[Stored data entries]
====

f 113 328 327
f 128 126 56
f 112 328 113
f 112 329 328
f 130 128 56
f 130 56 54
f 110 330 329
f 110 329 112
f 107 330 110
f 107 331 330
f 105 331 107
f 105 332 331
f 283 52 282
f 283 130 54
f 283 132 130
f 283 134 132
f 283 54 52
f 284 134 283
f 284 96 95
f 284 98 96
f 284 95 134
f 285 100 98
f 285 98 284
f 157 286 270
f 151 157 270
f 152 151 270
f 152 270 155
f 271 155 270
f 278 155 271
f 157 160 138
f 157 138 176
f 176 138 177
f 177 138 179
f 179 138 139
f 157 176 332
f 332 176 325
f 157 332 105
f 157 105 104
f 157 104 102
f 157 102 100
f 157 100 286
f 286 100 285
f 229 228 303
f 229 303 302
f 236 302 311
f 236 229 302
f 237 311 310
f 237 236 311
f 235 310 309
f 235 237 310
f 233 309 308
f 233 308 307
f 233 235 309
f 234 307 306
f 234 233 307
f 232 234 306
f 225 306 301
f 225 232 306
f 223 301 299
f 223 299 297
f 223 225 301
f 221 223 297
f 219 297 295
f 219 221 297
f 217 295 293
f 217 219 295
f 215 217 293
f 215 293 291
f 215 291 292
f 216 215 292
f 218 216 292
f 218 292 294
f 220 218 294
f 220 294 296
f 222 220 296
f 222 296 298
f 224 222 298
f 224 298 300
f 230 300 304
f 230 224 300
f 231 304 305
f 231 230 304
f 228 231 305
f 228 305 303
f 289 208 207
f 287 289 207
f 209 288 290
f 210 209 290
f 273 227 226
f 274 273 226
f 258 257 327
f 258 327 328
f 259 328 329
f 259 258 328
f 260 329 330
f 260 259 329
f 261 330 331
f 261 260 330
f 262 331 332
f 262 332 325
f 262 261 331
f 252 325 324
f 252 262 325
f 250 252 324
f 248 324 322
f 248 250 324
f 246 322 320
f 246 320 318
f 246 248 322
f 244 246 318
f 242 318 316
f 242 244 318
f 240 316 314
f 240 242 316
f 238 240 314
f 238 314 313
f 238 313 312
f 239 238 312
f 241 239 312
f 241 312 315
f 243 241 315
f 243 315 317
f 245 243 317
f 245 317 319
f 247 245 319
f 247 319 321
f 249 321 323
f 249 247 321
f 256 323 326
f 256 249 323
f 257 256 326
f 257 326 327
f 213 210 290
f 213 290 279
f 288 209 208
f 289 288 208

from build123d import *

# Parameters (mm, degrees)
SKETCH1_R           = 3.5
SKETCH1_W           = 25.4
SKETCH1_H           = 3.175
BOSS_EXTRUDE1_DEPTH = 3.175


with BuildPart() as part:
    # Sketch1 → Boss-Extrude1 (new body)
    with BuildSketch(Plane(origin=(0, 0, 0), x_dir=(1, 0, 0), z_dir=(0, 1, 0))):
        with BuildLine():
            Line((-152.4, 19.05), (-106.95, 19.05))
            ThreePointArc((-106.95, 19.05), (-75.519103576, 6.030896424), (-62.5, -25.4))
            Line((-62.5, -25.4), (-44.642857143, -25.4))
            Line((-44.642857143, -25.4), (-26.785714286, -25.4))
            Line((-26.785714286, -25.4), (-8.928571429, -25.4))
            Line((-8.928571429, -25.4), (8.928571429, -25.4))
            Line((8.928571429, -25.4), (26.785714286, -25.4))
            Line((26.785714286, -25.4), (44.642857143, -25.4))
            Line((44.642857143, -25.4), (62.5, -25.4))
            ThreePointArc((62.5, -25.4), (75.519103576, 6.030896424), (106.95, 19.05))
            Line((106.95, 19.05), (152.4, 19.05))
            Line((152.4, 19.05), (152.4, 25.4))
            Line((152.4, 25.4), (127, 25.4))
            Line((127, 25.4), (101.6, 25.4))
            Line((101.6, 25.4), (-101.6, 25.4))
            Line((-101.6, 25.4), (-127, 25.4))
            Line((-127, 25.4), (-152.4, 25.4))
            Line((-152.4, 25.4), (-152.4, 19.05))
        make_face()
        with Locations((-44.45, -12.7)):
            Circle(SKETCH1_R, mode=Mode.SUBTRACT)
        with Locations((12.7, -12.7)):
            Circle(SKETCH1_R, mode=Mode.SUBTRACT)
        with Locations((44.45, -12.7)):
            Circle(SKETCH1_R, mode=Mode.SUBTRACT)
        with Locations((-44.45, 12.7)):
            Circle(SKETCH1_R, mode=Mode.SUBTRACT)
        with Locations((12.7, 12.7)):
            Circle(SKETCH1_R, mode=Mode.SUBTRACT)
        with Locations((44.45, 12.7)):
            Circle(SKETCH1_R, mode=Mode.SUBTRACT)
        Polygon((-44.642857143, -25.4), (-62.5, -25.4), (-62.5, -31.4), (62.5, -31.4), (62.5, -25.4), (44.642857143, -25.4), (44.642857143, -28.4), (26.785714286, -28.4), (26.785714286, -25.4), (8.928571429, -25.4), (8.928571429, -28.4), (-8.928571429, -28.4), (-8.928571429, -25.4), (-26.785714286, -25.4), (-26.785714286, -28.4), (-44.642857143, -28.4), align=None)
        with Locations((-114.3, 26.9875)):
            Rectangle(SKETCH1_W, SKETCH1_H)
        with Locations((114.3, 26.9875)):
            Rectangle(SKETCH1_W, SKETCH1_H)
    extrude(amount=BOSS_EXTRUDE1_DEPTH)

====

[Problem to solve]
A word-for-word copy of the lines above from the one with "f 258 257 327" through the one with "with BuildPart() as", inclusive, is the only output wanted.

[Answer to the problem]
f 258 257 327
f 258 327 328
f 259 328 329
f 259 258 328
f 260 329 330
f 260 259 329
f 261 330 331
f 261 260 330
f 262 331 332
f 262 332 325
f 262 261 331
f 252 325 324
f 252 262 325
f 250 252 324
f 248 324 322
f 248 250 324
f 246 322 320
f 246 320 318
f 246 248 322
f 244 246 318
f 242 318 316
f 242 244 318
f 240 316 314
f 240 242 316
f 238 240 314
f 238 314 313
f 238 313 312
f 239 238 312
f 241 239 312
f 241 312 315
f 243 241 315
f 243 315 317
f 245 243 317
f 245 317 319
f 247 245 319
f 247 319 321
f 249 321 323
f 249 247 321
f 256 323 326
f 256 249 323
f 257 256 326
f 257 326 327
f 213 210 290
f 213 290 279
f 288 209 208
f 289 288 208

from build123d import *

# Parameters (mm, degrees)
SKETCH1_R           = 3.5
SKETCH1_W           = 25.4
SKETCH1_H           = 3.175
BOSS_EXTRUDE1_DEPTH = 3.175


with BuildPart() as part:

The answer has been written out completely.